- Born: Kenneth Gary Goodson September 11, 1945 Phoenix, Arizona, U.S.
- Died: November 17, 1978 (aged 33) New York City, U.S.
- Education: University of Utah, 1967
- Occupations: Underground journalist, publisher, activist
- Years active: 1966–1978
- Known for: Underground Press Syndicate High Times magazine

= Tom Forçade =

American journalist (1945–1978)

Thomas King Forçade (born Kenneth Gary Goodson, September 11, 1945 – November 17, 1978) was an American underground journalist and cannabis rights activist in the 1970s. He was the founder of High Times magazine and for many years ran the Underground Press Syndicate (later called the Alternative Press Syndicate)

Forçade published several other publications, such as Stoned, National Weed, Dealer and others, that, veiled as counterculture entertainment magazines, were laced with humor and savvy coverage of politics and popular culture, and served as a forum for some of the industry's best writers and artists. Many of Forçade's publications' writers went on to be published in premiere papers and magazines in North America.

==Life and career==
Forçade was born as Kenneth Gary Goodson in Phoenix, Arizona on September 11, 1945. He graduated from the University of Utah in 1967 with a degree in business administration. After being quickly discharged from the United States Air Force, Forçade used the skills he learned to traffic drugs across the Mexico–United States border by plane. He used the proceeds to form a hippie commune and underground magazine called Orpheus.

After this, he moved to New York City and officially changed his name to Thomas King Forçade to avoid associating his family name with counterculture and play on the word façade. There. he first took over management of the Underground Press Syndicate, a network of countercultural newspapers and magazines that he helped found. The name was changed to the Alternative Press Syndicate in 1973. Forçade was instrumental in the microfilming of the Underground Newspaper Collection. In 1970, Forçade was the first documented activist to use pieing as a form of protest, hitting Chairman Otto Larsen during the President's Commission on Obscenity and Pornography.

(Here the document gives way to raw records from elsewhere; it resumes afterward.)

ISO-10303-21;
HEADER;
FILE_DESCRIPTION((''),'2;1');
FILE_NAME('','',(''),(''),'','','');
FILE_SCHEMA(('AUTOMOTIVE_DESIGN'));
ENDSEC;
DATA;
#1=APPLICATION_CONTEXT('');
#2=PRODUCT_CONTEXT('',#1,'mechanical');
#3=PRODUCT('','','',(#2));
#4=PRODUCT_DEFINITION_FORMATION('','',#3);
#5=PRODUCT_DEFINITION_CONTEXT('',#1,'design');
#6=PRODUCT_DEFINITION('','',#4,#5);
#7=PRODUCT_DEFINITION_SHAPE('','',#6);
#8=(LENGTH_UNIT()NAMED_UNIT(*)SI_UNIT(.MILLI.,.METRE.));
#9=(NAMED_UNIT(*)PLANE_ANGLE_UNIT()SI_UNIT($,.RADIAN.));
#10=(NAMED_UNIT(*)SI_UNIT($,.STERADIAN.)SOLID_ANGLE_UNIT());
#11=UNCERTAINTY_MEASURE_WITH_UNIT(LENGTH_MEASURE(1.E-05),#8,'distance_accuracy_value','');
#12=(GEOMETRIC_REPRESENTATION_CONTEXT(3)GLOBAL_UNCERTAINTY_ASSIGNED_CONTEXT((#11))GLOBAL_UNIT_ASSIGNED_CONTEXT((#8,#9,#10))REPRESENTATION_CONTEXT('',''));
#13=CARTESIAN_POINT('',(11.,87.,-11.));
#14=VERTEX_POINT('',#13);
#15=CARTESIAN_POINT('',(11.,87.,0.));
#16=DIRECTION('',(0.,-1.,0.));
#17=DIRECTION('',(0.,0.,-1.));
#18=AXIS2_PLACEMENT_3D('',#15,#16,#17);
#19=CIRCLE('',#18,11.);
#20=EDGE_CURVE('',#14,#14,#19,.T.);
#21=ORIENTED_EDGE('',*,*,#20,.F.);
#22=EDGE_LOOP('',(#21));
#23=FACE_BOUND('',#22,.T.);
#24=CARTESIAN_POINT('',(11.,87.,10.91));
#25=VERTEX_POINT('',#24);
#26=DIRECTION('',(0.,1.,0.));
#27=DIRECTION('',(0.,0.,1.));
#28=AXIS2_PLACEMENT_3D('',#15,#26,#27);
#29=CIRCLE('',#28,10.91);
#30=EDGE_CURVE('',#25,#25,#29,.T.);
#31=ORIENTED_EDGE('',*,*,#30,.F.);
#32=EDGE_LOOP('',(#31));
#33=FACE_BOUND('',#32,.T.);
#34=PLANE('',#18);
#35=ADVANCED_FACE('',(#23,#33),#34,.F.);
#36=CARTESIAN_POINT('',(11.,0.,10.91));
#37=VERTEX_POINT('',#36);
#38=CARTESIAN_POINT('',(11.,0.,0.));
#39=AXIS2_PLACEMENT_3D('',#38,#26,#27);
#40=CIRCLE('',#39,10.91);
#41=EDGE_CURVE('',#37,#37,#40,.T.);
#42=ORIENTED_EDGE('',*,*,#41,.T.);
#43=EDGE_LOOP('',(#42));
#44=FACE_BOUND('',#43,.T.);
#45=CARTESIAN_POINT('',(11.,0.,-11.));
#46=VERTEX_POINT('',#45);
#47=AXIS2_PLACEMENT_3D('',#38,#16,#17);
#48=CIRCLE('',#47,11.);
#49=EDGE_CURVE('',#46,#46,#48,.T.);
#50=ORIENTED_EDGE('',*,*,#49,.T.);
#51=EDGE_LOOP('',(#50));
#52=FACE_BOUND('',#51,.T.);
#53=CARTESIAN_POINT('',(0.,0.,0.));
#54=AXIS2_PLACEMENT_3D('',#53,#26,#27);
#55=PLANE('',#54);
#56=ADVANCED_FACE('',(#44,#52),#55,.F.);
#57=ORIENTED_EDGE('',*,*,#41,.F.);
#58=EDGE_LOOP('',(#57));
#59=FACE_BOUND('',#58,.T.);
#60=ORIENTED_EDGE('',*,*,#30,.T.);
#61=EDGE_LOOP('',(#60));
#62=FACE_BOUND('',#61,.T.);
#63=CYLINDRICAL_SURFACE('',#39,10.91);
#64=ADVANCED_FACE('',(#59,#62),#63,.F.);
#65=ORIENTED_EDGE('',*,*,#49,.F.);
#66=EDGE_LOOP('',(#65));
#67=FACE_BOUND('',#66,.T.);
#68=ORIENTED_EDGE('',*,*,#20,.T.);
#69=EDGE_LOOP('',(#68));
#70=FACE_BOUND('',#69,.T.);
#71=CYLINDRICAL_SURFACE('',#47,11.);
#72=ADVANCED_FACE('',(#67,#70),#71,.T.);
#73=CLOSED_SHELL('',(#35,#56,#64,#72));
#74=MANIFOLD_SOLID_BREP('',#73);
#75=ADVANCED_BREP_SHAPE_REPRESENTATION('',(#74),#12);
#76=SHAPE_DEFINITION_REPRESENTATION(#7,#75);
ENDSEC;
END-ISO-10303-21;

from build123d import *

# Parameters (mm, degrees)
SKETCH1_W             = 11
SKETCH1_H             = 87
ESBO_O1_R             = 10.91
CORTE_EXTRUS_O1_DEPTH = 87


with BuildPart() as part:
    # Sketch1 → Revolve4 (revolve)
    with BuildSketch(Plane.XY, mode=Mode.PRIVATE) as revolve4_sk:
        with Locations((5.5, 43.5)):
            Rectangle(SKETCH1_W, SKETCH1_H)
    revolve(revolve4_sk.sketch.rotate(Axis((11, 0, 0), (0, 1, 0)), 270), axis=Axis((11, 0, 0), (0, 1, 0)))

    # Esboço1 → Corte-extrusão1 (cut)
    with BuildSketch(Plane(origin=(0, 87, 0), x_dir=(1, 0, 0), z_dir=(0, 1, 0))):
        with Locations(Location((11, 0, 0), (0, 0, 270))):
            Circle(ESBO_O1_R)
    extrude(amount=-CORTE_EXTRUS_O1_DEPTH, mode=Mode.SUBTRACT)


solid = part.part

In summer 1974, Forçade founded High Times, and contributed funding to the Yippie newspaper, Yipster Times, while also bankrolling the ailing Punk magazine. High Times ran articles calling marijuana a "medical wonder drug" and ridiculing the US Drug Enforcement Administration. It became a huge success, with a circulation of more than 500,000 copies a month and revenues approaching $10 million by 1977, and was embraced by the young adult market as the bible of the alternative life culture. By 1977 High Times was selling as many copies an issue as Rolling Stone and National Lampoon.

According to the 1990 nonfiction book 12 Days on the Road: The Sex Pistols and America, by Noel E. Monk, Forçade and his film crew followed the Sex Pistols through their chaotic January 1978 concerts of the U.S. South and West, using high-pressure tactics in an unsuccessful attempt to persuade the band's management and record company to let him document the tour.

==Death==
Forçade died by suicide by gunshot to the head in November 1978 in his Greenwich Village apartment after the death of his best friend, Jack Coombs. Forçade had attempted suicide before and bequeathed trusts to benefit High Times and NORML. High Times' former associate publisher, Rick Cusick, claims that, at Forçade's memorial — held on the roof of the World Trade Center — mourners mixed a small amount of ashes from Forcade's cremation into a marijuana cigarette and they smoked it.